◆ **Required work**
If a line in the listing carries the word "normal", return a copy of that line.

◆ **Data extracts**
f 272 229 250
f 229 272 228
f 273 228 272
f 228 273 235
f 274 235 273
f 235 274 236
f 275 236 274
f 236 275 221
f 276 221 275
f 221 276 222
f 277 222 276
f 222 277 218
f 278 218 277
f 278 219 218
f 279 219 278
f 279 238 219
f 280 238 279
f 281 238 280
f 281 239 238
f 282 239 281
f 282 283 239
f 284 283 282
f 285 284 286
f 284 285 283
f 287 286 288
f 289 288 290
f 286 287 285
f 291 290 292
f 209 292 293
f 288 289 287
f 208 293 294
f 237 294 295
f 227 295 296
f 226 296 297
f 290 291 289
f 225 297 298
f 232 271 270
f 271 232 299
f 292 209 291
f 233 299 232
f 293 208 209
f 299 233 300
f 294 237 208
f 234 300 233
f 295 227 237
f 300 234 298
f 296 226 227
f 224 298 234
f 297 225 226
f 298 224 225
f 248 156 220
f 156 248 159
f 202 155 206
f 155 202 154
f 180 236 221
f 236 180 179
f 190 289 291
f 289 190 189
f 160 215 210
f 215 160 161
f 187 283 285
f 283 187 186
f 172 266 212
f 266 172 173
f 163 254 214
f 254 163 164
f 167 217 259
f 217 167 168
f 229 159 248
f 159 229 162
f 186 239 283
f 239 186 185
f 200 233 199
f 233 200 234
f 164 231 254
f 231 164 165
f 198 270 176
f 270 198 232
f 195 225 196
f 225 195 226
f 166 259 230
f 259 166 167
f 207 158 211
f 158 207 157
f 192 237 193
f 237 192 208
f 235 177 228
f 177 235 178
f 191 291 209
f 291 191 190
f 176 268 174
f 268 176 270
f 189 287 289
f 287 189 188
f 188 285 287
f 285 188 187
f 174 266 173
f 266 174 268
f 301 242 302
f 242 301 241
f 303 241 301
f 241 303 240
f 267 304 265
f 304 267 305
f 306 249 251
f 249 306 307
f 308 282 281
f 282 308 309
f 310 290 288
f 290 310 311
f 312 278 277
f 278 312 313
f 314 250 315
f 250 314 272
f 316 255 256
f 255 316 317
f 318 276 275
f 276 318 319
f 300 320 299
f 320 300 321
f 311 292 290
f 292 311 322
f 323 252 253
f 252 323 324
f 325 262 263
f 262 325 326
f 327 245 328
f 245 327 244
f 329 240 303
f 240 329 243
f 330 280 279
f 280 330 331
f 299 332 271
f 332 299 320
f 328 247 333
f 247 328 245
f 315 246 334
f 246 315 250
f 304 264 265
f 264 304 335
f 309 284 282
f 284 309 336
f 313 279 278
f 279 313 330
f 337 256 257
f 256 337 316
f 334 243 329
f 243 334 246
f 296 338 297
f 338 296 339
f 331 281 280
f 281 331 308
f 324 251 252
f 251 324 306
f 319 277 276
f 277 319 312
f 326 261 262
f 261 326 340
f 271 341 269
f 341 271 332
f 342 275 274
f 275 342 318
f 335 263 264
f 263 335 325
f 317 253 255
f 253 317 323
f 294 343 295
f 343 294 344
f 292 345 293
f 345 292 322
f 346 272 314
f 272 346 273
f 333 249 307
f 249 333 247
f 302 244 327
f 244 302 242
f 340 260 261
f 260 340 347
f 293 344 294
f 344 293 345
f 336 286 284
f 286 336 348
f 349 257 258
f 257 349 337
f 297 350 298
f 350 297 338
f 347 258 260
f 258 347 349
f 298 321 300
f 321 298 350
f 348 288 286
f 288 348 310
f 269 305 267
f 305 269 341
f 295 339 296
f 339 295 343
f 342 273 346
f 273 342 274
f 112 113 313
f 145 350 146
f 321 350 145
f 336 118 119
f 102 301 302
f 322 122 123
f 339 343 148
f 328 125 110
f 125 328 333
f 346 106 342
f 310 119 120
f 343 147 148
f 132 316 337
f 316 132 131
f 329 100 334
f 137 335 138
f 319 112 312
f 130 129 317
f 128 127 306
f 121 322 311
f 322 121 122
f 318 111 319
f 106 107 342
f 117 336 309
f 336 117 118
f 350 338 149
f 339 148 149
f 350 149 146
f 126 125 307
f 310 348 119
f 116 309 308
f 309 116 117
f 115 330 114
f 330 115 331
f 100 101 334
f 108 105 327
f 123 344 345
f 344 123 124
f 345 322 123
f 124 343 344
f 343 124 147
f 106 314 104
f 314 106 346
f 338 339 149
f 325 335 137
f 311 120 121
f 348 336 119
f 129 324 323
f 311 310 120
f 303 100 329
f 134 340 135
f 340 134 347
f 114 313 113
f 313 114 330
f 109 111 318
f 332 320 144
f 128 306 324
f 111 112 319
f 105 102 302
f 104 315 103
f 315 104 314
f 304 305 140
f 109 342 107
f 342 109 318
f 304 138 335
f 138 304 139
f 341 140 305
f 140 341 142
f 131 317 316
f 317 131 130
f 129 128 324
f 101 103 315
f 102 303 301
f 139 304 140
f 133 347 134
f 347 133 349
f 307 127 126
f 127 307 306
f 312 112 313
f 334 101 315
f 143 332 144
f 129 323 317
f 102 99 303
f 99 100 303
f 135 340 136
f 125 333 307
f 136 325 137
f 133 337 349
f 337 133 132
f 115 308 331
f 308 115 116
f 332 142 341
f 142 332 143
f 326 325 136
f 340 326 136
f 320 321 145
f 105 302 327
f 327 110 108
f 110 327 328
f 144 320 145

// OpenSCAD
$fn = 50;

...

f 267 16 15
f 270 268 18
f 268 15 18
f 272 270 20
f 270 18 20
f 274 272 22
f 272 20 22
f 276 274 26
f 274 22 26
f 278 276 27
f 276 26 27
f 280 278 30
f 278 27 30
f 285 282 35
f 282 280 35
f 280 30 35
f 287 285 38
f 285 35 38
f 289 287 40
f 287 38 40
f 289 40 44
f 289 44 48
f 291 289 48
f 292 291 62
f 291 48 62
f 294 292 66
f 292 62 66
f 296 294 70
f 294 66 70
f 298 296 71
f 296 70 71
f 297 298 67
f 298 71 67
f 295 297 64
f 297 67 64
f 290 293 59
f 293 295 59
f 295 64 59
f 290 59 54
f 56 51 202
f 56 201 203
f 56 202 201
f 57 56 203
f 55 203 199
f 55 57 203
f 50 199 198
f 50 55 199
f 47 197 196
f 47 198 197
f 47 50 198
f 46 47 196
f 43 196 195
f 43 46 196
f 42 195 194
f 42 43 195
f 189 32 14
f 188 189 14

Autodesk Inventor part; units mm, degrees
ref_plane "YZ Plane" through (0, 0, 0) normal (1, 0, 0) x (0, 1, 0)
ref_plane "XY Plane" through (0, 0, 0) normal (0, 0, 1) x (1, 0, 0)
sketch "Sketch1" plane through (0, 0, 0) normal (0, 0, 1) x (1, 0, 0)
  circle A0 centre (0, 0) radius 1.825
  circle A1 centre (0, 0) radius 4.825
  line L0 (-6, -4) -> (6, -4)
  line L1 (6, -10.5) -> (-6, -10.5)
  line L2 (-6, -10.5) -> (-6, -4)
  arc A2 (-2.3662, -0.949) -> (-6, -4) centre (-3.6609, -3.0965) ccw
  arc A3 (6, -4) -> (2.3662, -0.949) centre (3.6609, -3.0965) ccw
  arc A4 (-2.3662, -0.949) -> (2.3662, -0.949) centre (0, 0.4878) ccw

---

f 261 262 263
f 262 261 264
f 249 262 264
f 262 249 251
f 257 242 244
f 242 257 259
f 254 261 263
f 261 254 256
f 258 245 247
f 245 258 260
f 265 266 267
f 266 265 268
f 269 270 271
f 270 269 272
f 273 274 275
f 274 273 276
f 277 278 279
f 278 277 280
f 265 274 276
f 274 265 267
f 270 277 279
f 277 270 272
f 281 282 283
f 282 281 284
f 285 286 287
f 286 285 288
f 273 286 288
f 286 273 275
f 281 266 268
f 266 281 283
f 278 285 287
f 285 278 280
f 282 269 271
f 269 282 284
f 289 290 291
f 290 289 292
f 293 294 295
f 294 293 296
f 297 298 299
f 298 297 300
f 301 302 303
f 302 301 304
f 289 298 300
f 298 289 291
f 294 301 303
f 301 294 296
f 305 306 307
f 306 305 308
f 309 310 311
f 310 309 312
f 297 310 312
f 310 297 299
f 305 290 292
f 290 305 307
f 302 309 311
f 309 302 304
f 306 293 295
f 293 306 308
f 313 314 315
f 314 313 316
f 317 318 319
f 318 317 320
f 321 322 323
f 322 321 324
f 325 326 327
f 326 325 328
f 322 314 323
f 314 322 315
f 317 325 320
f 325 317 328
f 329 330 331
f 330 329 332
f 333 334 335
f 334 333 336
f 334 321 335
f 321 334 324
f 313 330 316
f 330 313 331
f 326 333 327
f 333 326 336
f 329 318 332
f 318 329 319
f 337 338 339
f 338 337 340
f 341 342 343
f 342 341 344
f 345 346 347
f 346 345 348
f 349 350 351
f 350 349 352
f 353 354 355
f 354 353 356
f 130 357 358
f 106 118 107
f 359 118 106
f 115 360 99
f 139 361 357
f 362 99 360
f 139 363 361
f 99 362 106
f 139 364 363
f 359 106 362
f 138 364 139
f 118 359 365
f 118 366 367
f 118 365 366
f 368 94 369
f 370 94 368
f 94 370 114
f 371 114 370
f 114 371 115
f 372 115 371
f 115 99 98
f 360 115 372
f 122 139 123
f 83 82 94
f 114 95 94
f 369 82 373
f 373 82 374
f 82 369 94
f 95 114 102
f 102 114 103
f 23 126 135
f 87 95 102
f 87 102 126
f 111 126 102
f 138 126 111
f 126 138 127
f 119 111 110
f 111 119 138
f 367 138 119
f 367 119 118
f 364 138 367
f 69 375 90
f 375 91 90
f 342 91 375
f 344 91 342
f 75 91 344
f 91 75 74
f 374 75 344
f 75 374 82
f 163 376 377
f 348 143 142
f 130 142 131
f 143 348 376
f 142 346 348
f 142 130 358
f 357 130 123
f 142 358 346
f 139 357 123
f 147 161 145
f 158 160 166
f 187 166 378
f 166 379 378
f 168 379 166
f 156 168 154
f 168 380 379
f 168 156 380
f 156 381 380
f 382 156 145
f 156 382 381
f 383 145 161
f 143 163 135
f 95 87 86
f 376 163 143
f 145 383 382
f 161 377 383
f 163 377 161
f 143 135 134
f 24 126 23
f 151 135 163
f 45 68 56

◆ **Solved problem**
ref_plane "YZ Plane" through (0, 0, 0) normal (1, 0, 0) x (0, 1, 0)
ref_plane "XY Plane" through (0, 0, 0) normal (0, 0, 1) x (1, 0, 0)
sketch "Sketch1" plane through (0, 0, 0) normal (0, 0, 1) x (1, 0, 0)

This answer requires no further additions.